Le rapport d'évaluation sur la mise en œuvre de la loi sur la parité, qui a été achevé en septembre, a été soumis à l'Assemblée législative, et le ministère de la culture, de la jeunesse et des sports a publié certaines conclusions.

Dans une déclaration, le gouvernement a indiqué que "la loi sur la parité a joué un rôle décisif dans l'augmentation de la représentation politique des femmes, en assurant une présence minimale et stable sur les listes électorales et en induisant des changements dans les pratiques des partis politiques depuis son entrée en vigueur".

Cependant, "malgré les progrès réalisés, la pleine égalité dans l'exercice du pouvoir politique n'a pas encore été atteinte".

"Aucune des élections organisées après la révision de 2019 n'a atteint le seuil de 40 % de femmes effectivement élues, ce qui révèle un écart entre la parité formelle dans les candidatures et la parité réelle dans les postes de décision", peut-on lire.

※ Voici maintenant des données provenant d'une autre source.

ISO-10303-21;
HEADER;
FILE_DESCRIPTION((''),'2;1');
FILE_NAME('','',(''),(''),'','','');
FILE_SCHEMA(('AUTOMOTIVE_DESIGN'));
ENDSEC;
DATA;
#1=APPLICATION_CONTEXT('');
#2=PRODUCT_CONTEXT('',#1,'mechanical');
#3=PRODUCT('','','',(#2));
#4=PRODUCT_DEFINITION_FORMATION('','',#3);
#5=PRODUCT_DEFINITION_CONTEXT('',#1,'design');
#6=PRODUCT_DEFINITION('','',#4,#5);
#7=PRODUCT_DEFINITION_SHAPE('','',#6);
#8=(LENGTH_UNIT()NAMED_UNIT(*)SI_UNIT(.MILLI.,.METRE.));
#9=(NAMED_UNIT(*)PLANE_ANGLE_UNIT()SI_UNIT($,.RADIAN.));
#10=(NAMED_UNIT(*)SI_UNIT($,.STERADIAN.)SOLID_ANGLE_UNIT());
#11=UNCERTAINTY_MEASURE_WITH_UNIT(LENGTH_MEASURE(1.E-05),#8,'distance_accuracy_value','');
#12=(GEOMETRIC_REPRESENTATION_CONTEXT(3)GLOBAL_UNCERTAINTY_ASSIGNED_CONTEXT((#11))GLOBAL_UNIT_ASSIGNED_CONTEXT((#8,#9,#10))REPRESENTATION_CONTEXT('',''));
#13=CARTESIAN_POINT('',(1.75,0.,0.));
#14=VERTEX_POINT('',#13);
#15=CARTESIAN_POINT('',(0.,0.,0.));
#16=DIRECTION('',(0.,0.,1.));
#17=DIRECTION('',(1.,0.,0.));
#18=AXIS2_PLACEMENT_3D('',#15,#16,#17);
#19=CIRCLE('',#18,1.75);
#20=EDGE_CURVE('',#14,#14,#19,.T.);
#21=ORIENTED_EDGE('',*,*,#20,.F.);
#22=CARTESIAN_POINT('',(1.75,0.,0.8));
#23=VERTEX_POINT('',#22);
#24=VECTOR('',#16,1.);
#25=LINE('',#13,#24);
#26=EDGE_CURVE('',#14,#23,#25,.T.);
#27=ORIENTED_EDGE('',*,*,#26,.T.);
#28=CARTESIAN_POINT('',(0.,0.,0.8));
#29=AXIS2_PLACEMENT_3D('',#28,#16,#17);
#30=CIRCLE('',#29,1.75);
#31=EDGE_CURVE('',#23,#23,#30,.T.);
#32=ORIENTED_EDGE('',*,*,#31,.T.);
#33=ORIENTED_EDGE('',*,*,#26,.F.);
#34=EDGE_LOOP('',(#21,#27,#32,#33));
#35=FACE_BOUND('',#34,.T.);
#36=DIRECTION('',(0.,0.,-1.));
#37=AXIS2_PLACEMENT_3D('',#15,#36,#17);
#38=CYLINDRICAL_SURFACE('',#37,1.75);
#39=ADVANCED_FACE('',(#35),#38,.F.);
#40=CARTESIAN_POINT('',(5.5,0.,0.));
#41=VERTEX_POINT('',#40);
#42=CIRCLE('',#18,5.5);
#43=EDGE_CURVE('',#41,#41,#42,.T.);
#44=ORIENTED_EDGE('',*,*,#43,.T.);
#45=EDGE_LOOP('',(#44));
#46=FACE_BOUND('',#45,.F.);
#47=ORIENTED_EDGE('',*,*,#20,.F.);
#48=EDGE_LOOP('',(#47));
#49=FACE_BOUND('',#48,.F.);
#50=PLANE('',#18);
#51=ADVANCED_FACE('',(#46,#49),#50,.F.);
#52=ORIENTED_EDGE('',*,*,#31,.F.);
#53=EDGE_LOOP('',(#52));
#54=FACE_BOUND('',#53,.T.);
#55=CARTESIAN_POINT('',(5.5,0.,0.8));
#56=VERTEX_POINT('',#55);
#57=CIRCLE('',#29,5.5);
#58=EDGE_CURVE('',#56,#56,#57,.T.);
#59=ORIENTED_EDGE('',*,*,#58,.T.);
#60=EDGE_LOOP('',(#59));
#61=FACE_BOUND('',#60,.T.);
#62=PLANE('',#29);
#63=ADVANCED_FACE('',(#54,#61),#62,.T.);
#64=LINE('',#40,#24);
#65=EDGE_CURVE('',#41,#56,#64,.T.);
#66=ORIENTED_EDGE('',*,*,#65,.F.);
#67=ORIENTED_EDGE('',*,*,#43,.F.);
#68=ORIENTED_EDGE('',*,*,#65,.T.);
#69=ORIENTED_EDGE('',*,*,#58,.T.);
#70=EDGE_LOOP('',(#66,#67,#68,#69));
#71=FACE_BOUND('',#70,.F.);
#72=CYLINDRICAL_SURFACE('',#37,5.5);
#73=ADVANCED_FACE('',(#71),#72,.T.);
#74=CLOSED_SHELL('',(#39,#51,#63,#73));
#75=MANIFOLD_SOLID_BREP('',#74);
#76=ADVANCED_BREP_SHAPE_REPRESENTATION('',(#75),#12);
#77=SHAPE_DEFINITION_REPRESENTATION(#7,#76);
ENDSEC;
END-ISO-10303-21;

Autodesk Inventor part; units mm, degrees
ref_plane "YZ Plane" through (0, 0, 0) normal (1, 0, 0) x (0, 1, 0)
ref_plane "XZ Plane" through (0, 0, 0) normal (0, 1, 0) x (-1, 0, 0)
ref_plane "XY Plane" through (0, 0, 0) normal (0, 0, 1) x (1, 0, 0)
sketch "スケッチ1" plane through (0, 0, 0) normal (0, 0, 1) x (1, 0, 0)
  circle A0 centre (0, 0) radius 5.5
  circle A1 centre (0, 0) radius 1.75
  dimension "d0" = 11
  dimension "d1" = 3.5
extrude "押し出し1" add sketch "スケッチ1" along normal blind 0.8
properties part number "足首_独立ピッチ_1_3" material "アセタール樹脂、黒"
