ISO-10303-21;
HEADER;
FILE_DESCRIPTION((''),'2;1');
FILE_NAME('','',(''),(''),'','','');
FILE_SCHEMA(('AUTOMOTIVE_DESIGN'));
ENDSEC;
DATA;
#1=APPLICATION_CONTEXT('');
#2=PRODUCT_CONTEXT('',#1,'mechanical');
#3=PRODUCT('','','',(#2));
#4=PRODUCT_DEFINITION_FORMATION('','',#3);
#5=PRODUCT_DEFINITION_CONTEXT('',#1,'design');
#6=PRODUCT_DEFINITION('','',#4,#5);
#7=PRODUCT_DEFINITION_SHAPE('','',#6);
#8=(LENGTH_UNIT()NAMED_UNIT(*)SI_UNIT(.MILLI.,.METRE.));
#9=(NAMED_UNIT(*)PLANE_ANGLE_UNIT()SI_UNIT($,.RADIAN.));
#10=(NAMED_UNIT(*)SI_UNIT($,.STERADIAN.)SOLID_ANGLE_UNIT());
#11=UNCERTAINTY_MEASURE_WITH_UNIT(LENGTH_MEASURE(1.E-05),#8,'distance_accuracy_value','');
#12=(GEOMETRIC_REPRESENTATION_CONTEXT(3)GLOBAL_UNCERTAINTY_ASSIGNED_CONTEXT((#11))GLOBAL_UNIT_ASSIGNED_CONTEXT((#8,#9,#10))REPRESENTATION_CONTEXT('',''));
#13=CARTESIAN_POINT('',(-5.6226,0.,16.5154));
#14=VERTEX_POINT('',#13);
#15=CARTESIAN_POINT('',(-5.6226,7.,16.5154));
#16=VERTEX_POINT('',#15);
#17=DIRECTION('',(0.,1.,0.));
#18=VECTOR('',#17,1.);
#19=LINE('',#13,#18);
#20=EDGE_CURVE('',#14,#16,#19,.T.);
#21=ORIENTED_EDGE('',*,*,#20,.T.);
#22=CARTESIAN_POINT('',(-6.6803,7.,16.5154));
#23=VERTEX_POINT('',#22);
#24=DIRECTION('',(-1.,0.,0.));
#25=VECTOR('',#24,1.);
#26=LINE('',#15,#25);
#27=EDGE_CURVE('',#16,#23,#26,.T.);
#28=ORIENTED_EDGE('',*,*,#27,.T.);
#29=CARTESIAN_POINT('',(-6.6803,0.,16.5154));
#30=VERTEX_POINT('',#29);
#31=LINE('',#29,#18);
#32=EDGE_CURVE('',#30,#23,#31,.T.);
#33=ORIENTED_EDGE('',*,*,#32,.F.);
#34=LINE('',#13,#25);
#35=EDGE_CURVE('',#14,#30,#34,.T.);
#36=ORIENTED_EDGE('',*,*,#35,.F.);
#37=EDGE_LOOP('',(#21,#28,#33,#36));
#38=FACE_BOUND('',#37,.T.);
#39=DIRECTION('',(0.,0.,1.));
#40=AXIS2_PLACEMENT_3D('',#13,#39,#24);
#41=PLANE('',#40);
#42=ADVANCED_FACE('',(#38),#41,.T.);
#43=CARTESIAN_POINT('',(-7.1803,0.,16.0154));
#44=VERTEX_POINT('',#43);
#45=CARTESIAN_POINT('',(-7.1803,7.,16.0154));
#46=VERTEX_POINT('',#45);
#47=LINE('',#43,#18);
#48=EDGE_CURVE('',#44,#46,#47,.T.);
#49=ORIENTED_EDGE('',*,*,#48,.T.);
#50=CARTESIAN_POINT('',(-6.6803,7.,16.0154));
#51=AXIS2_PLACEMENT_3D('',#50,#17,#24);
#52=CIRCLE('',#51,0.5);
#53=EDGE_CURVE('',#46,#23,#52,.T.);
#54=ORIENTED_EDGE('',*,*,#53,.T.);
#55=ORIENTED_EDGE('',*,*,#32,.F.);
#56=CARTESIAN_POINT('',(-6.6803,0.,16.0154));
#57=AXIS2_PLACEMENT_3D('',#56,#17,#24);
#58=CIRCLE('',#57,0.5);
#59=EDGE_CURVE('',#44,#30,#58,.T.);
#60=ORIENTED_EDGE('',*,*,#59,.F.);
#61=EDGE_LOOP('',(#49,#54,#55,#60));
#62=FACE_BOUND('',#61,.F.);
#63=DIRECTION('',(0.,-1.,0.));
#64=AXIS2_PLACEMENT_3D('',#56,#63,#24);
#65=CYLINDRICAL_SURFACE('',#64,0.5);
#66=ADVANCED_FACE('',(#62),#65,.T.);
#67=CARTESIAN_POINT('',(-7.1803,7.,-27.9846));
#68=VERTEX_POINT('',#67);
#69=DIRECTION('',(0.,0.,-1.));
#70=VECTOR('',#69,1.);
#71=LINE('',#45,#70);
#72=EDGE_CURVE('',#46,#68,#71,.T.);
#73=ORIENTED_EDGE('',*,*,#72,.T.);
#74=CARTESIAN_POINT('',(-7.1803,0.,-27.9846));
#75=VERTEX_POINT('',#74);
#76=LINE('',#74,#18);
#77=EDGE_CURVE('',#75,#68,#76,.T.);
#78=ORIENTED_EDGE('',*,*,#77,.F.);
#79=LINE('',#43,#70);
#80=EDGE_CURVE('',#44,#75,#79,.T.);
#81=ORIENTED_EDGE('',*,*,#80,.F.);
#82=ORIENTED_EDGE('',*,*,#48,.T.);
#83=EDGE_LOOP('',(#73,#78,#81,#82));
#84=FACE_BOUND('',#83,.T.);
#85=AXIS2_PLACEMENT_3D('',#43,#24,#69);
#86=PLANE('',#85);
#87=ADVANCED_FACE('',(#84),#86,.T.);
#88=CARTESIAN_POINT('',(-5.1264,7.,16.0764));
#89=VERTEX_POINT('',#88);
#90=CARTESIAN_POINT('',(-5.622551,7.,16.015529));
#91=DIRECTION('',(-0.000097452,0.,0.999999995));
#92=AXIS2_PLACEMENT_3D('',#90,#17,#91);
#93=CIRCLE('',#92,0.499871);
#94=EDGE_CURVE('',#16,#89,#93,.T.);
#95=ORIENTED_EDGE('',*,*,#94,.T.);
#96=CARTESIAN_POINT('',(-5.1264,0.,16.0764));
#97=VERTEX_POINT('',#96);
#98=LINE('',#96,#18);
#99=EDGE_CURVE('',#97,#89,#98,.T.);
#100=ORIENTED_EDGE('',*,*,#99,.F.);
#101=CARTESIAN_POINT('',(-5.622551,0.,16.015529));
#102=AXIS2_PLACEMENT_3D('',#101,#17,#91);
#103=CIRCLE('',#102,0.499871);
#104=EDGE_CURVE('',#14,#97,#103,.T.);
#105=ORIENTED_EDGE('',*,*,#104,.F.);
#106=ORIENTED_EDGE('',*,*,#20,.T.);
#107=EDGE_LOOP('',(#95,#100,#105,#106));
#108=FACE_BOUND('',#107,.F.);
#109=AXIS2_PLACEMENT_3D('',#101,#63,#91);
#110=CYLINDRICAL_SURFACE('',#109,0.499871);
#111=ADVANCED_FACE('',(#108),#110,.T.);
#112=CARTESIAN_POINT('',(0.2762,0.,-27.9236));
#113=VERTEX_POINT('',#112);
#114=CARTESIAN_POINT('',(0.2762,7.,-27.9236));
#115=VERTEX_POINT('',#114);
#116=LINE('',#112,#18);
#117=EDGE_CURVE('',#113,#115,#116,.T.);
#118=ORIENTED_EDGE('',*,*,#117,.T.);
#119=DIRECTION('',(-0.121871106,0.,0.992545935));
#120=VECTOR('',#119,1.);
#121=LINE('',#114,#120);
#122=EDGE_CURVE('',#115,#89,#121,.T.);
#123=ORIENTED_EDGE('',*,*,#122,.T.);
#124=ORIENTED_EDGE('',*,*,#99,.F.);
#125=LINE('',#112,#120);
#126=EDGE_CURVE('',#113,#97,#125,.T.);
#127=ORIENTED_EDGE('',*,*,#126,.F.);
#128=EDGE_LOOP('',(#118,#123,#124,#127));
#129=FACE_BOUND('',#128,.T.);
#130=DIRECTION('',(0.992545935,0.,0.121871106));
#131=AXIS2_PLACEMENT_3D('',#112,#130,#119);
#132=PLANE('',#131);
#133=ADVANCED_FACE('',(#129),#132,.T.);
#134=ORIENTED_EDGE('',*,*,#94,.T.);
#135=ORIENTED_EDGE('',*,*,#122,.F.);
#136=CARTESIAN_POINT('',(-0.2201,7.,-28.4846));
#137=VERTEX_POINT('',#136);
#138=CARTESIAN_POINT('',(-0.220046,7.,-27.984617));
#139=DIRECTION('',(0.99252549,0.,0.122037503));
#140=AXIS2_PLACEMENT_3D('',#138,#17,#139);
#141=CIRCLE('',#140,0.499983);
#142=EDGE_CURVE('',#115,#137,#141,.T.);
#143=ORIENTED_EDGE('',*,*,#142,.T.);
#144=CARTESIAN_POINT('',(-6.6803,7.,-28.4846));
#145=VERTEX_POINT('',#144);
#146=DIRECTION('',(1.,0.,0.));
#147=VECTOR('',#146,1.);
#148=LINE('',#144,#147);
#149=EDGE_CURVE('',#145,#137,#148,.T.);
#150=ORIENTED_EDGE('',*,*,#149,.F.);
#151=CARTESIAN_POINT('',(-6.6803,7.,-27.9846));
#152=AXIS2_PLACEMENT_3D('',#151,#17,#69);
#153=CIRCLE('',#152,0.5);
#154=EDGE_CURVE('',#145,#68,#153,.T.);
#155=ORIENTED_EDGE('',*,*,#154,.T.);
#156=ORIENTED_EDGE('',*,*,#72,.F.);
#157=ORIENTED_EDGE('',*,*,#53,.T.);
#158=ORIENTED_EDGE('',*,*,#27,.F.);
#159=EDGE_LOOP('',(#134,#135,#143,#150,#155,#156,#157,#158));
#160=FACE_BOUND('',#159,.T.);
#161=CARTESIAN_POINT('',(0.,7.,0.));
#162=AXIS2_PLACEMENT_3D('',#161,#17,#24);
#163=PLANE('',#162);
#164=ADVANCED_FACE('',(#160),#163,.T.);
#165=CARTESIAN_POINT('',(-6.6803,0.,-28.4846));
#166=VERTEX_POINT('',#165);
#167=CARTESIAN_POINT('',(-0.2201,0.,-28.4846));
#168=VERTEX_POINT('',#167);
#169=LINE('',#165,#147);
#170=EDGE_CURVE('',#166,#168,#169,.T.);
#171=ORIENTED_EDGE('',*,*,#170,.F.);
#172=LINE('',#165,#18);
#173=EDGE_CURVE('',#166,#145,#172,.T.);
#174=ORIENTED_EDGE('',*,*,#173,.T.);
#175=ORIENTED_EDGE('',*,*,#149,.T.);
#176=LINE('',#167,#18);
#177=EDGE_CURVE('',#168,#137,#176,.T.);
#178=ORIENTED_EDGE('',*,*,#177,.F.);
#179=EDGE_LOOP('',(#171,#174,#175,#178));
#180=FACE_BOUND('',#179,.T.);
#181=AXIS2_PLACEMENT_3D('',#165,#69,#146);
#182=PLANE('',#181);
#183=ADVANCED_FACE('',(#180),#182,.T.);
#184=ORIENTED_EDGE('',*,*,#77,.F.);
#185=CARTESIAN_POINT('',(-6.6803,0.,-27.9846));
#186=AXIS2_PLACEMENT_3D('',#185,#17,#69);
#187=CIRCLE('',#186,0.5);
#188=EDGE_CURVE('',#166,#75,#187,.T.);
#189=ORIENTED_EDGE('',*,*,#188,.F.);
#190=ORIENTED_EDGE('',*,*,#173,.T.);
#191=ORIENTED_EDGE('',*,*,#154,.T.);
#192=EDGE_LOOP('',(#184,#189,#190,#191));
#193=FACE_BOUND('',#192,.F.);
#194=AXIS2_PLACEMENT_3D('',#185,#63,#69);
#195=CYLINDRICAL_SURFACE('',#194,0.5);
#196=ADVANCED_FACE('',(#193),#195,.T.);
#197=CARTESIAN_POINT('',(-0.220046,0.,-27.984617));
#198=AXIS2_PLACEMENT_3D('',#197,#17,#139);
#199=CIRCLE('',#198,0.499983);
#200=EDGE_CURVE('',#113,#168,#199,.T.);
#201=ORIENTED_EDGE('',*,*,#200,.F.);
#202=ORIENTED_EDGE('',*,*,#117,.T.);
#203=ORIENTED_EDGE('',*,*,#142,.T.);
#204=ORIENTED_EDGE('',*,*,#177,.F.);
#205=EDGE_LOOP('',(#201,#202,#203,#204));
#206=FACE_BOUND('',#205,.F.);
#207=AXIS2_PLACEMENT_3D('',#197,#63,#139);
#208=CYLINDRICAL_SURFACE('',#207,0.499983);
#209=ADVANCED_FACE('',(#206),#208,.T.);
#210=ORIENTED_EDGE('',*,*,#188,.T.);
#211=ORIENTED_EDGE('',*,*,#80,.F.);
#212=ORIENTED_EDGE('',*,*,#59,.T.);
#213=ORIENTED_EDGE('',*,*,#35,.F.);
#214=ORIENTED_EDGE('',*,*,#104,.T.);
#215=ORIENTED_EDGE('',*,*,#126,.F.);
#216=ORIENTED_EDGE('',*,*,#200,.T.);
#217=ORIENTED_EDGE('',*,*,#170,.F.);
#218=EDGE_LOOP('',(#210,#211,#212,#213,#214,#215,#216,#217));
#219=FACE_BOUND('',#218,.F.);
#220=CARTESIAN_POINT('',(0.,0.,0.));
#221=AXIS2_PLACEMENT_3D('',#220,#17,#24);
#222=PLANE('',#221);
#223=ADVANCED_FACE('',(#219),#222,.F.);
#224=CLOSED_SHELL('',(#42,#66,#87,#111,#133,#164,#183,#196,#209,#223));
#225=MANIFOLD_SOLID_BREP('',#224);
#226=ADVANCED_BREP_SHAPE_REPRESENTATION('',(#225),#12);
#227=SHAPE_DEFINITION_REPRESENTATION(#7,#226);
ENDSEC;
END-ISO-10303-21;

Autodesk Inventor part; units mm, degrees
ref_plane "YZ Plane" through (0, 0, 0) normal (1, 0, 0) x (0, 1, 0)
ref_plane "XZ Plane" through (0, 0, 0) normal (0, 1, 0) x (-1, 0, 0)
ref_plane "XY Plane" through (0, 0, 0) normal (0, 0, 1) x (1, 0, 0)
sketch "Sketch1" plane through (0, 0, 0) normal (0, 1, 0) x (-1, 0, 0)
  line L0 (7.1803, 16.0154) -> (7.1803, -27.9846)
  line L1 (6.6803, -28.4846) -> (0.2201, -28.4846)
  line L2 (-0.2762, -27.9236) -> (5.1264, 16.0764)
  line L3 (5.6226, 16.5154) -> (6.6803, 16.5154)
  arc A0 (6.6803, -28.4846) -> (7.1803, -27.9846) centre (6.6803, -27.9846) ccw
  arc A1 (-0.2762, -27.9236) -> (0.2201, -28.4846) centre (0.2201, -27.9846) ccw
  arc A2 (7.1803, 16.0154) -> (6.6803, 16.5154) centre (6.6803, 16.0154) ccw
  arc A3 (5.6226, 16.5154) -> (5.1264, 16.0764) centre (5.6226, 16.0154) ccw
  point P0 (0, 0)
  point P1 (7.1803, 16.5154)
  point P2 (7.1803, -28.4846)
  point P3 (5.1803, 16.5154)
  dimension "d0" = 45
  dimension "d1" = 7
  dimension "d2" = 2
  dimension "d3" = 0.5
  dimension "d4" = 0.5
  dimension "d5" = 0.5
extrude "Extrusion1" add sketch "Sketch1" along normal blind 7
properties part number "Wedge - V2"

Le ministère, dirigé par Margarida Balseiro Lopes, indique également que "des barrières structurelles et culturelles persistent au sein des partis politiques et des institutions, à savoir le positionnement défavorable des femmes dans les postes électifs, leur concentration dans des domaines moins visibles, les difficultés à concilier vie politique et vie familiale, et l'exposition croissante à la violence politique, en particulier dans l'espace numérique."

La déclaration souligne également que cette loi "s'applique aux listes électorales, mais ne couvre pas la composition des organes de pouvoir établis après les élections", et que "des asymétries persistent dans son application dans les collectivités locales et des faiblesses dans la collecte et le suivi des données".

Le rapport d'évaluation sur l'application de la loi sur la parité recommande "l'adoption du principe de représentation paritaire (50/50) avec alternance obligatoire des sexes sur les listes", ainsi que "l'extension de la loi à d'autres organes de pouvoir, tels que les conseils d'assemblée et les organes intercommunaux, et le renforcement des mécanismes de contrôle et de transparence".

Dans cette déclaration, le gouvernement saisit l'occasion de réitérer son engagement à "approfondir l'égalité entre les femmes et les hommes dans la vie politique, en reconnaissant que la parité formelle n'est qu'un premier pas vers une démocratie pleinement inclusive".